*Problem description*
Gather all lines in the records below that include the word "fillet".

◇ ◇ ◇ ◇ ◇

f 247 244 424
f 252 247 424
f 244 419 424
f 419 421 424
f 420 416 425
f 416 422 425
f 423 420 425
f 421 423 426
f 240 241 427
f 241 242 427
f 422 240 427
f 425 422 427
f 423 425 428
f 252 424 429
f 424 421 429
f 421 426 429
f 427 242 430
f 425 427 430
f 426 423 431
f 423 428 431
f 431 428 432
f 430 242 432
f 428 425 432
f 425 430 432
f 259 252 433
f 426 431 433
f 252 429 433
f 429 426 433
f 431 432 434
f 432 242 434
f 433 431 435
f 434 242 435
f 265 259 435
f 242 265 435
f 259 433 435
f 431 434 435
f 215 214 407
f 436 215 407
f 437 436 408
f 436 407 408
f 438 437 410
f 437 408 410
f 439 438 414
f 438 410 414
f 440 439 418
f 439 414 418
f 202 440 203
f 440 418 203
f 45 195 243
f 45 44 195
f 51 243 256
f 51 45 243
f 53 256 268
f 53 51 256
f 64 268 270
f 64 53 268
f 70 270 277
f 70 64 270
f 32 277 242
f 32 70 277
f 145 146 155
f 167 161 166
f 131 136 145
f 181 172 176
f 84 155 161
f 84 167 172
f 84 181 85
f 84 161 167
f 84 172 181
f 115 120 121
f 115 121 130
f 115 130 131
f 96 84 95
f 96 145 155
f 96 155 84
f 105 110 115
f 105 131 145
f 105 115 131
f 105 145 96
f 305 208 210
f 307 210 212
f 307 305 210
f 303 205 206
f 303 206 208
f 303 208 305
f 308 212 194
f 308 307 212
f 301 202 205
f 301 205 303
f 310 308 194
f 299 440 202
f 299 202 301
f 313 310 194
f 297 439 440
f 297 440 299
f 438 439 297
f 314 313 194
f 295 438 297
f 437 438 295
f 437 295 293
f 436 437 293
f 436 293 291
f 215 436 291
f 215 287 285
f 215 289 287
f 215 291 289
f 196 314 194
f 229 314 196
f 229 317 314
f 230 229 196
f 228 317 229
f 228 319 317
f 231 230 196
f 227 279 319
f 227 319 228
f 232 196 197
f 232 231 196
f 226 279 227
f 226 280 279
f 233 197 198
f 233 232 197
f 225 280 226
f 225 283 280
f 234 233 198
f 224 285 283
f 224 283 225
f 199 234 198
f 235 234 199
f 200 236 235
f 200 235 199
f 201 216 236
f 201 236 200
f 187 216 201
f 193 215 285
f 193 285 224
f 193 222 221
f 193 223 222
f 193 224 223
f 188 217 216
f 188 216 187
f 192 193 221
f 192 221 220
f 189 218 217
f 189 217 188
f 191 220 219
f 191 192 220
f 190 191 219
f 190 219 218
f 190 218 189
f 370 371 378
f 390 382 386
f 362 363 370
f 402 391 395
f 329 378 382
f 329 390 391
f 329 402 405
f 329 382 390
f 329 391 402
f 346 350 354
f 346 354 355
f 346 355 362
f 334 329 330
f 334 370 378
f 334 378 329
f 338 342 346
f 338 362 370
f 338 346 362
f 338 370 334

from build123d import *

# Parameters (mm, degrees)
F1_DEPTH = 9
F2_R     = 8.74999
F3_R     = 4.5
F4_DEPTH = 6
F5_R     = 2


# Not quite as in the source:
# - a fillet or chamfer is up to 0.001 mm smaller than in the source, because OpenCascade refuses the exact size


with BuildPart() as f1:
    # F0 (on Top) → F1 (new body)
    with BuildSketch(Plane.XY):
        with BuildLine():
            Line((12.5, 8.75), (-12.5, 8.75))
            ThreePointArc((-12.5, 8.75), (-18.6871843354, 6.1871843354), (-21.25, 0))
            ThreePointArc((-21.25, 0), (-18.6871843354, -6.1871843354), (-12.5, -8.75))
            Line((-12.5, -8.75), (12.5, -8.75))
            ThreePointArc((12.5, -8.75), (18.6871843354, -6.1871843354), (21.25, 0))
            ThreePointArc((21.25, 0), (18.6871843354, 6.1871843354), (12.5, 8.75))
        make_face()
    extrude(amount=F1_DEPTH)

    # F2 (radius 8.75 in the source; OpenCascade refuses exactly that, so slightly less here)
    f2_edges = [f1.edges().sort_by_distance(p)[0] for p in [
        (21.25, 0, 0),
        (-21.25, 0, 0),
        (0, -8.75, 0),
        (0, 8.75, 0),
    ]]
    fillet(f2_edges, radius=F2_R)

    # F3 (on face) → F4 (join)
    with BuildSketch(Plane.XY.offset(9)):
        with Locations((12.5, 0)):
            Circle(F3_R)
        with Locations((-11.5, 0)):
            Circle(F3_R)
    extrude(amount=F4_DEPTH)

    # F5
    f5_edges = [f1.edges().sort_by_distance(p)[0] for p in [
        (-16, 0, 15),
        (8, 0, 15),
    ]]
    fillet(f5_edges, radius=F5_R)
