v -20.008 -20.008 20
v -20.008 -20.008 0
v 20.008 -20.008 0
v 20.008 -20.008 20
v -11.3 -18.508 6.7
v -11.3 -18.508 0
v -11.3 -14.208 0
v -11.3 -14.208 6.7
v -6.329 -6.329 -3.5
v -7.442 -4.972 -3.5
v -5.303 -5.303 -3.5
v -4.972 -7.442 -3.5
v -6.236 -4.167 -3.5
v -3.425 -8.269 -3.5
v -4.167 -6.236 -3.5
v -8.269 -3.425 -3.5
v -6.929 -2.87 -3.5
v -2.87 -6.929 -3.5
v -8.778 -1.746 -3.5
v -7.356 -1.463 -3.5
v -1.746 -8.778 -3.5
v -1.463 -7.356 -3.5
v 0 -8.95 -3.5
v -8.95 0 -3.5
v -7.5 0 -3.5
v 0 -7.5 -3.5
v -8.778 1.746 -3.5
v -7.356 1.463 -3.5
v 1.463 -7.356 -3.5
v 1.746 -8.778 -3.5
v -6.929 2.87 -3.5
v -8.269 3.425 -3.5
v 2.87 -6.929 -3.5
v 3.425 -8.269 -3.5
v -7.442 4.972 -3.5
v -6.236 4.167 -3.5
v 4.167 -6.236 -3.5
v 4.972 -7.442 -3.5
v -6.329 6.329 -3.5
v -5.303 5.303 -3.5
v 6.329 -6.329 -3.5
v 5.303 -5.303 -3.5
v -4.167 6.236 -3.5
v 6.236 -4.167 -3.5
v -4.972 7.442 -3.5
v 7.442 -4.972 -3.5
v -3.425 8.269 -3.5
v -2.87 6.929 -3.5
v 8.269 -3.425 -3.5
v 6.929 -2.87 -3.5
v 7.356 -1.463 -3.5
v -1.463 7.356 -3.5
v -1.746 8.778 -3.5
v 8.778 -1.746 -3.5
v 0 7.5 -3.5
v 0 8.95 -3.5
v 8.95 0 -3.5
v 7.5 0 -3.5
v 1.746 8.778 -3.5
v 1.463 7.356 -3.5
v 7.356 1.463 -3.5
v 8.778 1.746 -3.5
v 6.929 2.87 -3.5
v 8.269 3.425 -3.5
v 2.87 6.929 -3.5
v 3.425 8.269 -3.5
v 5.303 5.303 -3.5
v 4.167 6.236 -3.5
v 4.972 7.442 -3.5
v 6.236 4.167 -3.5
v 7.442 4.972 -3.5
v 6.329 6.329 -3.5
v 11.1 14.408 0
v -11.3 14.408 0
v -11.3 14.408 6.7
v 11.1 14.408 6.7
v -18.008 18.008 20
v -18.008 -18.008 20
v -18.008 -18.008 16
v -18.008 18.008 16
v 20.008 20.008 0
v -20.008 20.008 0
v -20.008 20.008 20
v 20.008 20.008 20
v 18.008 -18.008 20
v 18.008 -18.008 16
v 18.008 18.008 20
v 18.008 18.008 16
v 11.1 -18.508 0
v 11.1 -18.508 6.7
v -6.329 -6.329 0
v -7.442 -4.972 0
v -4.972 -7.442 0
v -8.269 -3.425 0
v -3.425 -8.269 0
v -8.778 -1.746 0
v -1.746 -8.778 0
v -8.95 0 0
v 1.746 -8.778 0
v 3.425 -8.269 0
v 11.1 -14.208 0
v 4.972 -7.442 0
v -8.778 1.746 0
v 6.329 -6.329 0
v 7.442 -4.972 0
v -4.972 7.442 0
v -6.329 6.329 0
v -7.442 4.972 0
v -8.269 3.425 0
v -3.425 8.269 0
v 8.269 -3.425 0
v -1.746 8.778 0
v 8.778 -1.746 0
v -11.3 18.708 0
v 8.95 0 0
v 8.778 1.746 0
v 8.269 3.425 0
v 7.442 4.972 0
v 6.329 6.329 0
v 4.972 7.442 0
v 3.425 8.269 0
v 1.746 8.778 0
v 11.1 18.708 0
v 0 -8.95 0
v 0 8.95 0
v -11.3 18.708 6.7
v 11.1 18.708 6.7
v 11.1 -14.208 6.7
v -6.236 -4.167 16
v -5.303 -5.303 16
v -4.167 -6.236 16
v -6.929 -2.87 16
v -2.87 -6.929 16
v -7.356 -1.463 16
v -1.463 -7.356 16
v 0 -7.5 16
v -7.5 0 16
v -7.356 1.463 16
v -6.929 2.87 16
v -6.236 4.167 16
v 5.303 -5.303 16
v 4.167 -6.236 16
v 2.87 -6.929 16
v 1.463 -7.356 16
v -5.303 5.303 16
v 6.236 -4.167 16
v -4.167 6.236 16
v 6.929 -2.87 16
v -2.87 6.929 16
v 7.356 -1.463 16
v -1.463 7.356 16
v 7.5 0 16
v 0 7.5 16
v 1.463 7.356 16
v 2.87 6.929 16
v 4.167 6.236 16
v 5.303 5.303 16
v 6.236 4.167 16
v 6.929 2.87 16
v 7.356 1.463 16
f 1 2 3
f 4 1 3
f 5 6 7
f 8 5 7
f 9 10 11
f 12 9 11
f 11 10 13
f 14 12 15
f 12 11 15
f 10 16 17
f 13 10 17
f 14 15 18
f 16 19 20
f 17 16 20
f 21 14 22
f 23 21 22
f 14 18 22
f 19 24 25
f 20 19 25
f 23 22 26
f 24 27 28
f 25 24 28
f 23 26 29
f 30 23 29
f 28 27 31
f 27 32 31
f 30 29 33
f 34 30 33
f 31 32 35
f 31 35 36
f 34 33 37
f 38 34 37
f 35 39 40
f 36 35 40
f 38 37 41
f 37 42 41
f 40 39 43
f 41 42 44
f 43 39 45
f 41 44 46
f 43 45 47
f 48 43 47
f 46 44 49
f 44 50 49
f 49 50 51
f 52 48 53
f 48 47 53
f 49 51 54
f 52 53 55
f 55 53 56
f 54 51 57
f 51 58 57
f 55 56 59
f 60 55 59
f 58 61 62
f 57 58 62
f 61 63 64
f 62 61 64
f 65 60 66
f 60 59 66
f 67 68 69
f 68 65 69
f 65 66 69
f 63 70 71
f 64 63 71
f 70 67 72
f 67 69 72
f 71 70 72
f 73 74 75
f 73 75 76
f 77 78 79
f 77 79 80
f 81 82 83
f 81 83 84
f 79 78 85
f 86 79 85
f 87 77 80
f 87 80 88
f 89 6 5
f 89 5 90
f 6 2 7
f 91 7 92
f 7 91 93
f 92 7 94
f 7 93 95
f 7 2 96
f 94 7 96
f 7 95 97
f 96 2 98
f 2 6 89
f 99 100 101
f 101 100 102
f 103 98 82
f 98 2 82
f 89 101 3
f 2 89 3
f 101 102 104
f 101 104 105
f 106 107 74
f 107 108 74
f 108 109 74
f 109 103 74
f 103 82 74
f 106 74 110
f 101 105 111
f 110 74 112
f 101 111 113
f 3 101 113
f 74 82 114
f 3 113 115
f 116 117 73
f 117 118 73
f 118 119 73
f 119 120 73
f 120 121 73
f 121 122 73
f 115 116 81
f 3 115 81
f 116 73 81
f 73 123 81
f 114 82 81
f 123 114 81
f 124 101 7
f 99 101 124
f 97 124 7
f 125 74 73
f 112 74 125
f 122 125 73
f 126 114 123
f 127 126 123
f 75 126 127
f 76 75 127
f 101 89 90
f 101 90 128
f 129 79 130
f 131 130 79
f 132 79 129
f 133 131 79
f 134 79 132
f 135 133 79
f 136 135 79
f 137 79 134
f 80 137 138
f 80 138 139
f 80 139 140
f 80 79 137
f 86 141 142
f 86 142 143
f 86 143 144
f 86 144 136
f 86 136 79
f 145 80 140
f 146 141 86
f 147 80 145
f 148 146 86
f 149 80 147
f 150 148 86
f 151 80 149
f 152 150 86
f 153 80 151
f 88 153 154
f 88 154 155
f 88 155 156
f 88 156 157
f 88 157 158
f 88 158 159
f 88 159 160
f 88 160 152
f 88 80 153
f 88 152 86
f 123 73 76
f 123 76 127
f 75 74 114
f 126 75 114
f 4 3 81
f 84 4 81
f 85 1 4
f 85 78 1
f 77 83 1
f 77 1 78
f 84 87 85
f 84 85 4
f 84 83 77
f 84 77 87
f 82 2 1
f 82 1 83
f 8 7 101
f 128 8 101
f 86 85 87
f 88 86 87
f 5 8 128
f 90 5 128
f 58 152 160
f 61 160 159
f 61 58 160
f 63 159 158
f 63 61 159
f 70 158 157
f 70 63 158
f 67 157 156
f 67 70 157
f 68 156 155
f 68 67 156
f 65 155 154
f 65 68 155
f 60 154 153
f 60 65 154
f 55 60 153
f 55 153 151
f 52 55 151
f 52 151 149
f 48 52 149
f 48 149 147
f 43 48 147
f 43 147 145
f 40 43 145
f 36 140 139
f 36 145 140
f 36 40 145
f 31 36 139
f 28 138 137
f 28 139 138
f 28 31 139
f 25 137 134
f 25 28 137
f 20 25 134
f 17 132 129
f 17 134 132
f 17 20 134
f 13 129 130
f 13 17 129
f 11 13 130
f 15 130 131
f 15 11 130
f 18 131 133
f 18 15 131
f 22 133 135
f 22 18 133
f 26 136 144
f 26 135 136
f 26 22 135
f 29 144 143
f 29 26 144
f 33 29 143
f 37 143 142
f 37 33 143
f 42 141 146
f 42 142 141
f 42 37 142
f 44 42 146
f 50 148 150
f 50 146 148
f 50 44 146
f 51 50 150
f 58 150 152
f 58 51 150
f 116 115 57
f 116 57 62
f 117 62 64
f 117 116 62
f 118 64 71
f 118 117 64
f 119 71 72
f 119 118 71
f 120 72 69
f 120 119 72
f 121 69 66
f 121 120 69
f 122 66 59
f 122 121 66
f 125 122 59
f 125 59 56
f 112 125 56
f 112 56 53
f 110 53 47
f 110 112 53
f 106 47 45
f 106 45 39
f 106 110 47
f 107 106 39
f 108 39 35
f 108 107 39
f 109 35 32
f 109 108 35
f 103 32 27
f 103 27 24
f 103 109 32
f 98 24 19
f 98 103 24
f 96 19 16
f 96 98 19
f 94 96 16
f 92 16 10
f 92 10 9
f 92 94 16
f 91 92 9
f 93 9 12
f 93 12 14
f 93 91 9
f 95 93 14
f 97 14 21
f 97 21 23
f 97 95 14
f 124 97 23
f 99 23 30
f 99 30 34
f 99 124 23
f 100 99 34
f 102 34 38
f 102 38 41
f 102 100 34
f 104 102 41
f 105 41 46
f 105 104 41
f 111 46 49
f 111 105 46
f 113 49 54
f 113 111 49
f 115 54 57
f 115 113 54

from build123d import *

# Parameters (mm, degrees)
SKETCH1_W           = 40.015172748
SKETCH1_H           = 40.015172748
BOSS_EXTRUDE1_DEPTH = 20
SKETCH1_3_R         = 8.95
SKETCH1_3_R_2       = 7.5
BOSS_EXTRUDE2_DEPTH = 3.5
SKETCH1_4_R         = 7.5
CUT_EXTRUDE1_DEPTH  = 35.649776695
SKETCH1_5_W         = 22.4
SKETCH1_5_H         = 4.3
CUT_EXTRUDE2_DEPTH  = 6.7
SKETCH7_W           = 36.015172748
SKETCH7_H           = 36.015172748
CUT_EXTRUDE3_DEPTH  = 4


with BuildPart() as part:
    # Sketch1 → Boss-Extrude1 (new body)
    with BuildSketch(Plane.XY):
        Rectangle(SKETCH1_W, SKETCH1_H)
    extrude(amount=BOSS_EXTRUDE1_DEPTH)

    # Sketch1<3> → Boss-Extrude2 (add)
    with BuildSketch(Plane.XY):
        Circle(SKETCH1_3_R)
        Circle(SKETCH1_3_R_2, mode=Mode.SUBTRACT)
    extrude(amount=-BOSS_EXTRUDE2_DEPTH)

    # Sketch1<4> → Cut-Extrude1 (cut, through all)
    with BuildSketch(Plane.XY):
        Circle(SKETCH1_4_R)
    extrude(amount=CUT_EXTRUDE1_DEPTH, mode=Mode.SUBTRACT)

    # Sketch1<5> → Cut-Extrude2 (cut)
    with BuildSketch(Plane.XY):
        with Locations((-0.1, -16.357586374)):
            Rectangle(SKETCH1_5_W, SKETCH1_5_H)
        with Locations((-0.1, 16.557586374)):
            Rectangle(SKETCH1_5_W, SKETCH1_5_H)
    extrude(amount=CUT_EXTRUDE2_DEPTH, mode=Mode.SUBTRACT)

    # Sketch7 → Cut-Extrude3 (cut)
    with BuildSketch(Plane.XY.offset(20)):
        Rectangle(SKETCH7_W, SKETCH7_H)
    extrude(amount=-CUT_EXTRUDE3_DEPTH, mode=Mode.SUBTRACT)


solid = part.part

◇ ◇ ◇ ◇ ◇

*Answer*
# - a fillet or chamfer is up to 0.001 mm smaller than in the source, because OpenCascade refuses the exact size
    fillet(f2_edges, radius=F2_R)
    fillet(f5_edges, radius=F5_R)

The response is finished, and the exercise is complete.